- _Information given_

=== Section Start ===

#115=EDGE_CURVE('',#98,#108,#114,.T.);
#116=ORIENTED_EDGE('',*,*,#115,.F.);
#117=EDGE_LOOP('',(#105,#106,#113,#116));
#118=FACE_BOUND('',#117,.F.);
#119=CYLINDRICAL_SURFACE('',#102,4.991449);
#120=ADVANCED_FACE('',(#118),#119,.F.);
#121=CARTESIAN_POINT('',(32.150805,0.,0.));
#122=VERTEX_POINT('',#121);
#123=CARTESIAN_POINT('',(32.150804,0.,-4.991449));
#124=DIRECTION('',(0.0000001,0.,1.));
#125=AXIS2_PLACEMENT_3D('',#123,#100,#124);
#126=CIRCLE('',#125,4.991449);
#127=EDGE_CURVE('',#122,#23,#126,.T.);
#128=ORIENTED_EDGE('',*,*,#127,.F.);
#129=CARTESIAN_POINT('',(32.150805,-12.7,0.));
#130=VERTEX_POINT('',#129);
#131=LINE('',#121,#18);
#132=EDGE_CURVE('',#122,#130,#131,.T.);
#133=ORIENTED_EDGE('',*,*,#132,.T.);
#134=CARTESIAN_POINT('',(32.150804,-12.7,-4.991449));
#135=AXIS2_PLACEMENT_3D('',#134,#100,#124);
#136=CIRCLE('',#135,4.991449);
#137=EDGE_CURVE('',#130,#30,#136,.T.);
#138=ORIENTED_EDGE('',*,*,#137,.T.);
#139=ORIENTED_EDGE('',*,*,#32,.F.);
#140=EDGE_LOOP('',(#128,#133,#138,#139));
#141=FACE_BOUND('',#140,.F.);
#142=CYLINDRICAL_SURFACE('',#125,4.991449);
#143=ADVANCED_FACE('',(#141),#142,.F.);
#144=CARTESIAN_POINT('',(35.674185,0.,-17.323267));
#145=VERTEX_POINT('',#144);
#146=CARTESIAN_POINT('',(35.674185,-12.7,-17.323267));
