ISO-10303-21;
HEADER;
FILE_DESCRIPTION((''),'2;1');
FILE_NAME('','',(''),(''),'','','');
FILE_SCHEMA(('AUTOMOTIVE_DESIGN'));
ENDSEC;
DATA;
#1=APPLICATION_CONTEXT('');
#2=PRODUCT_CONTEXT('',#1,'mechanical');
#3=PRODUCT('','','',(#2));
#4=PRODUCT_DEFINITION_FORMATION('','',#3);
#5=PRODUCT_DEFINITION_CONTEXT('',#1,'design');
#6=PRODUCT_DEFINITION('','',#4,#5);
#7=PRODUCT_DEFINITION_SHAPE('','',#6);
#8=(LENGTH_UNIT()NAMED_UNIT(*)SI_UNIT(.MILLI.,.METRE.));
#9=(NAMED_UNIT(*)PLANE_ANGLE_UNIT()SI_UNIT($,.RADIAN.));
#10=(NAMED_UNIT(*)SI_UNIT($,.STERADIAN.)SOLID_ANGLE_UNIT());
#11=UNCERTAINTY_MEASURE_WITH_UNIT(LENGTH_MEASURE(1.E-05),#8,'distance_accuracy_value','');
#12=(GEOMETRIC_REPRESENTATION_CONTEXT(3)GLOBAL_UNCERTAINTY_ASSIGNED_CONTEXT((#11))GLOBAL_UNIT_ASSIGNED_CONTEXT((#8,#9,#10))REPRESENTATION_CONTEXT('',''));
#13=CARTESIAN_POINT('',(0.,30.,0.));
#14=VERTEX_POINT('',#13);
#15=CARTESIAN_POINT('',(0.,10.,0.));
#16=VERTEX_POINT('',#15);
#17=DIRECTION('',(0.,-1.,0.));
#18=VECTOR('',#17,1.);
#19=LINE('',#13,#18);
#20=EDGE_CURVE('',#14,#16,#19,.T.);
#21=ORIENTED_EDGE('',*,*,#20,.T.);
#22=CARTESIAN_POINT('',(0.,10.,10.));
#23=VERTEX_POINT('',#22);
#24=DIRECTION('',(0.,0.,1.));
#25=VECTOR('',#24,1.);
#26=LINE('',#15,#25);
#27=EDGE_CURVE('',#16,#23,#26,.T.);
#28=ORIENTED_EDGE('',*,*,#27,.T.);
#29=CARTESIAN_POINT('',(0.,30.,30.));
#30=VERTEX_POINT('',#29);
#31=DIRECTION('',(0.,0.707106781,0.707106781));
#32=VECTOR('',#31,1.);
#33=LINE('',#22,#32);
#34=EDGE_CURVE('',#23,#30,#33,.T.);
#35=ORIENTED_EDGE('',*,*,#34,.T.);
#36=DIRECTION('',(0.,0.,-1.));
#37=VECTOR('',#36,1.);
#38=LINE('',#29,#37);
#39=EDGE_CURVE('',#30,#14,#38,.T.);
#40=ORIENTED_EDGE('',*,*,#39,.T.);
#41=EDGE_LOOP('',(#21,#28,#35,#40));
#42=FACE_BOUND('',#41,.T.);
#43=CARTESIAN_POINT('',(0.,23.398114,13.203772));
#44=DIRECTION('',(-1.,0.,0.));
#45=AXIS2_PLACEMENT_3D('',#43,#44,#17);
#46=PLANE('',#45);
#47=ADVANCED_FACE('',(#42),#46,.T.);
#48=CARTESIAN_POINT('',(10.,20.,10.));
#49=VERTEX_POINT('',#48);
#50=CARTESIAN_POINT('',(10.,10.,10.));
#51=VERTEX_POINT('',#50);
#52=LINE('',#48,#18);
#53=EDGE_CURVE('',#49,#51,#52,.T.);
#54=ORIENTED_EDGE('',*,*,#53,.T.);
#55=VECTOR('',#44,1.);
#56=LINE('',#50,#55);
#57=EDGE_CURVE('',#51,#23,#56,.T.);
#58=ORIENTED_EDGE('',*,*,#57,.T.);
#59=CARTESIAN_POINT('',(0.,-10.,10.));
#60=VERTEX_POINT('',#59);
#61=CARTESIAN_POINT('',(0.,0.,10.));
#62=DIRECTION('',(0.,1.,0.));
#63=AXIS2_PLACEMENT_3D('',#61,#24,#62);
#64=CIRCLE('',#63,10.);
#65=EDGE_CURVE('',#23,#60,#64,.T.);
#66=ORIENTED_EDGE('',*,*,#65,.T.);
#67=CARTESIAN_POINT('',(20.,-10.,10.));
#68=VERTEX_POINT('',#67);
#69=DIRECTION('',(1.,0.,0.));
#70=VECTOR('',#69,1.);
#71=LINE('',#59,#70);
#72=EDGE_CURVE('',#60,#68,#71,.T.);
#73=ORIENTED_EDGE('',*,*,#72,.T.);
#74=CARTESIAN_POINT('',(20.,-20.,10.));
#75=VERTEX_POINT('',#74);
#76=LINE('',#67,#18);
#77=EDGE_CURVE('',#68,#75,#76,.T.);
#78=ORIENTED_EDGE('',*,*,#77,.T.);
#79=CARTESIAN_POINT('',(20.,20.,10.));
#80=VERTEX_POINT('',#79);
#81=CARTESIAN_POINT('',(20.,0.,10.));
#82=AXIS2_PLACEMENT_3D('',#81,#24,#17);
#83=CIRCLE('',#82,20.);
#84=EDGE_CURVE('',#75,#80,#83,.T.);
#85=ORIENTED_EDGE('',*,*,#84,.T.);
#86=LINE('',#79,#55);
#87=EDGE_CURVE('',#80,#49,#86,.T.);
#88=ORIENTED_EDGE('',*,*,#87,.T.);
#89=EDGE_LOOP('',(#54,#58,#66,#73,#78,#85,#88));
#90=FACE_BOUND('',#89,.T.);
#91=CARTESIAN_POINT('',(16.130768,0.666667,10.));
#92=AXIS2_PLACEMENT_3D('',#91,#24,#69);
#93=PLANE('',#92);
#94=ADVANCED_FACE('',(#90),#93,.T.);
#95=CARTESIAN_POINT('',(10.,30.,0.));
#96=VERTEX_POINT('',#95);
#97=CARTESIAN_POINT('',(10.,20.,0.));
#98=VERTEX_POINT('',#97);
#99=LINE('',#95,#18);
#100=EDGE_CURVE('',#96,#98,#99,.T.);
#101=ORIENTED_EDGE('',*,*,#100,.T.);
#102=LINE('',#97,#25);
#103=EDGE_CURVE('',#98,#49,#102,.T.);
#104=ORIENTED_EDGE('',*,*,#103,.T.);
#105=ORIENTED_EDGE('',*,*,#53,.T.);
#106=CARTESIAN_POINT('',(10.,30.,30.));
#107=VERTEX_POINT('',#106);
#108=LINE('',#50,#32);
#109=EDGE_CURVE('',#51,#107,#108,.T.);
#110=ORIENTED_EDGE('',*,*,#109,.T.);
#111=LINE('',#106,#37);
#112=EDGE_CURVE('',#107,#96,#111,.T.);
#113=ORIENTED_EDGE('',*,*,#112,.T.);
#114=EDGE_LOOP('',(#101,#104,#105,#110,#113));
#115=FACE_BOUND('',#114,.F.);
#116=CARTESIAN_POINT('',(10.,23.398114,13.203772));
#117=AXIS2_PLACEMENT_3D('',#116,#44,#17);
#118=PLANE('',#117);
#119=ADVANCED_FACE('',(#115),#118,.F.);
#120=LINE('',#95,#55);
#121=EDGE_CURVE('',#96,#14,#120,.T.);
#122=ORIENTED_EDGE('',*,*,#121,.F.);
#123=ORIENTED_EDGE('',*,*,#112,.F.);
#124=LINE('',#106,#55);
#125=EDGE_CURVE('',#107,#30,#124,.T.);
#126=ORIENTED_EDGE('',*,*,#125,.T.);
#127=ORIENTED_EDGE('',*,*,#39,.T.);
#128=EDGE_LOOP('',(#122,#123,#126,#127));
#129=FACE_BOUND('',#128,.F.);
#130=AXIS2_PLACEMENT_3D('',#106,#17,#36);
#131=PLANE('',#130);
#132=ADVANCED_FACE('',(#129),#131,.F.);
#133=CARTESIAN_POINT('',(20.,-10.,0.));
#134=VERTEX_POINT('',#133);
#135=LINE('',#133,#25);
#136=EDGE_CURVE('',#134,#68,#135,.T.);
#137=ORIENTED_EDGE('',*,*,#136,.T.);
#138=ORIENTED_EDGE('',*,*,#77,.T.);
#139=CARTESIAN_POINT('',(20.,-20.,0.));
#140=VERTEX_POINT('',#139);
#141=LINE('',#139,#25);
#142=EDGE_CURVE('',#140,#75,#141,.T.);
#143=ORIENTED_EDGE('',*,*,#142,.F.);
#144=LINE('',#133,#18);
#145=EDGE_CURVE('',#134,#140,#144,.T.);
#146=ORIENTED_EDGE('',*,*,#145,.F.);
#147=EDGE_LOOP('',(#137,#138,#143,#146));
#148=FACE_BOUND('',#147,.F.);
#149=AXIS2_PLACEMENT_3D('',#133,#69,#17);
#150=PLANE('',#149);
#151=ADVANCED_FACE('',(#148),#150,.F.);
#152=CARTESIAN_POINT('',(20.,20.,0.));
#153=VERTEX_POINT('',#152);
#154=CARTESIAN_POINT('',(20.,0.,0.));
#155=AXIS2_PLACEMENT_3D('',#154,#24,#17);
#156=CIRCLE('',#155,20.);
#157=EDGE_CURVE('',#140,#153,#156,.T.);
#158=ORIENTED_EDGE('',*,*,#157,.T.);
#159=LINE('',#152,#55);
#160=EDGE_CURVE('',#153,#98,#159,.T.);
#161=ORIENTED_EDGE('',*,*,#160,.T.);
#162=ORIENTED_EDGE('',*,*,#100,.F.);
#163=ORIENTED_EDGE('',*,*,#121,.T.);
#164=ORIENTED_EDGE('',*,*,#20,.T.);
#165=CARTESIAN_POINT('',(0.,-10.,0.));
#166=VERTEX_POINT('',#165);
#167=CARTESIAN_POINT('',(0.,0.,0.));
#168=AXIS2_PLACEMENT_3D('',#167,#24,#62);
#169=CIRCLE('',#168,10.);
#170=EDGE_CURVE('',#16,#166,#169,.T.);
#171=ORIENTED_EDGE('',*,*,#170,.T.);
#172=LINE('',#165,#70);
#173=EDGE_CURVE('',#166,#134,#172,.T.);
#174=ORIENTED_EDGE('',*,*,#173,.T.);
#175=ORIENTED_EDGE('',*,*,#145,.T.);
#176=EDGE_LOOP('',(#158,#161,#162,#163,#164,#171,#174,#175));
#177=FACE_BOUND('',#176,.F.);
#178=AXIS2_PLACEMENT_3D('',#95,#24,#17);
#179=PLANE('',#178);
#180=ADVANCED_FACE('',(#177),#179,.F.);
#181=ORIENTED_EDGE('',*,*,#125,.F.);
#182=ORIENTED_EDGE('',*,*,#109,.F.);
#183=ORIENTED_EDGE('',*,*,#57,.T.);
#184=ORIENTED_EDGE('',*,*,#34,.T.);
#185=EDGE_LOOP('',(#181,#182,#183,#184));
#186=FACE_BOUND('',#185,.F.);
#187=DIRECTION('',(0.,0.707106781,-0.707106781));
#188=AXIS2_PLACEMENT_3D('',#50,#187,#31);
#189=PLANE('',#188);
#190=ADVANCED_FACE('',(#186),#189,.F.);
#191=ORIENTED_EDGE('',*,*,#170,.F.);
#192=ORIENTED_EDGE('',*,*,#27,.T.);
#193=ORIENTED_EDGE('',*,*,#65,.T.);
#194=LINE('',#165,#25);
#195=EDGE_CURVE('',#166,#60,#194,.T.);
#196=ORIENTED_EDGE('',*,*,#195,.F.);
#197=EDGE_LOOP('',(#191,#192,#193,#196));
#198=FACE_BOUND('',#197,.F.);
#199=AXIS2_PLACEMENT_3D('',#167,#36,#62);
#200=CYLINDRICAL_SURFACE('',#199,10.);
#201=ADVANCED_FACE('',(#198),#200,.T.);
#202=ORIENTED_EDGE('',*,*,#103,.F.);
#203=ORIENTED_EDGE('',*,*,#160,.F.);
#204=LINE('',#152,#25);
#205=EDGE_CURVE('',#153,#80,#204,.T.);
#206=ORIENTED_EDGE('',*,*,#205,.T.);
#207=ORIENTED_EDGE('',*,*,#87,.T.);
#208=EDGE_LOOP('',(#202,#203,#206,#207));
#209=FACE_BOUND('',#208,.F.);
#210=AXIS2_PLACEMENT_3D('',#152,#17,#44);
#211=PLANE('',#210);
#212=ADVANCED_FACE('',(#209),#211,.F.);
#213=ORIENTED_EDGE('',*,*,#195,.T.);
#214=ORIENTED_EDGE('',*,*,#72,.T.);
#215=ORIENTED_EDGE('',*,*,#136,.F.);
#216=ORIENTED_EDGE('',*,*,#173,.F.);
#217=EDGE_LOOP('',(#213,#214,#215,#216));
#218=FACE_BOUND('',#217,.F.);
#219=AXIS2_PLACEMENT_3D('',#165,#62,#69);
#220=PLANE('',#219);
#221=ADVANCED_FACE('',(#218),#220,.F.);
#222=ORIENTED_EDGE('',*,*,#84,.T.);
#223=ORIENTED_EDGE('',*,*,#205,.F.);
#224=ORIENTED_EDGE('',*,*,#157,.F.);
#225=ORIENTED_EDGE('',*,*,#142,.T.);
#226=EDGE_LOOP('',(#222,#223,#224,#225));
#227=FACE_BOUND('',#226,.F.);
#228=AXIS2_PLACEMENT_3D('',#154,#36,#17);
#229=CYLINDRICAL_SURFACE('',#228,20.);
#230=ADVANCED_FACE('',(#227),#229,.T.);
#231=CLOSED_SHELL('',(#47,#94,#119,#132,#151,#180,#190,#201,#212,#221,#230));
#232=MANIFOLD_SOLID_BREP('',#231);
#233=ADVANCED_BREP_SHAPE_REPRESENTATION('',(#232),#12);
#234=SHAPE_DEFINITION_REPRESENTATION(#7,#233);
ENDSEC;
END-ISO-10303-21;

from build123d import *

# Parameters (mm, degrees)
F1_DEPTH = 10
F2_W     = 10
F2_H     = 10
F3_DEPTH = 10


with BuildPart() as f1:
    # F0 (on Top) → F1 (new body)
    with BuildSketch(Plane.XY):
        with BuildLine():
            Line((10, 10), (0, 10))
            ThreePointArc((0, 10), (-10, 0), (0, -10))
            Line((0, -10), (20, -10))
            Line((20, -10), (20, -20))
            ThreePointArc((20, -20), (40, 0), (20, 20))
            Line((20, 20), (10, 20))
            Line((10, 20), (10, 10))
        make_face()
    extrude(amount=F1_DEPTH)

    # F2 (on face) → F3 (join)
    with BuildSketch(Plane(origin=(10, 0, 0), x_dir=(0, -1, 0), z_dir=(-1, 0, 0))):
        Polygon((-30, 0), (-20, 0), (-20, 10), (-10, 10), (-30, 30), align=None)
        with Locations((-15, 5)):
            Rectangle(F2_W, F2_H)
    extrude(amount=F3_DEPTH)


solid = f1.part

=== Section End ===

Please transcribe only the lines in the records above running from the line that has "#43=CARTESIAN_POINT('',(0.,23.398114,13.203772));" through the line that has "#61=CARTESIAN_POINT('',(0.,0.,10.));", both included, exactly as they appear.

#43=CARTESIAN_POINT('',(0.,23.398114,13.203772));
#44=DIRECTION('',(-1.,0.,0.));
#45=AXIS2_PLACEMENT_3D('',#43,#44,#17);
#46=PLANE('',#45);
#47=ADVANCED_FACE('',(#42),#46,.T.);
#48=CARTESIAN_POINT('',(10.,20.,10.));
#49=VERTEX_POINT('',#48);
#50=CARTESIAN_POINT('',(10.,10.,10.));
#51=VERTEX_POINT('',#50);
#52=LINE('',#48,#18);
#53=EDGE_CURVE('',#49,#51,#52,.T.);
#54=ORIENTED_EDGE('',*,*,#53,.T.);
#55=VECTOR('',#44,1.);
#56=LINE('',#50,#55);
#57=EDGE_CURVE('',#51,#23,#56,.T.);
#58=ORIENTED_EDGE('',*,*,#57,.T.);
#59=CARTESIAN_POINT('',(0.,-10.,10.));
#60=VERTEX_POINT('',#59);
#61=CARTESIAN_POINT('',(0.,0.,10.));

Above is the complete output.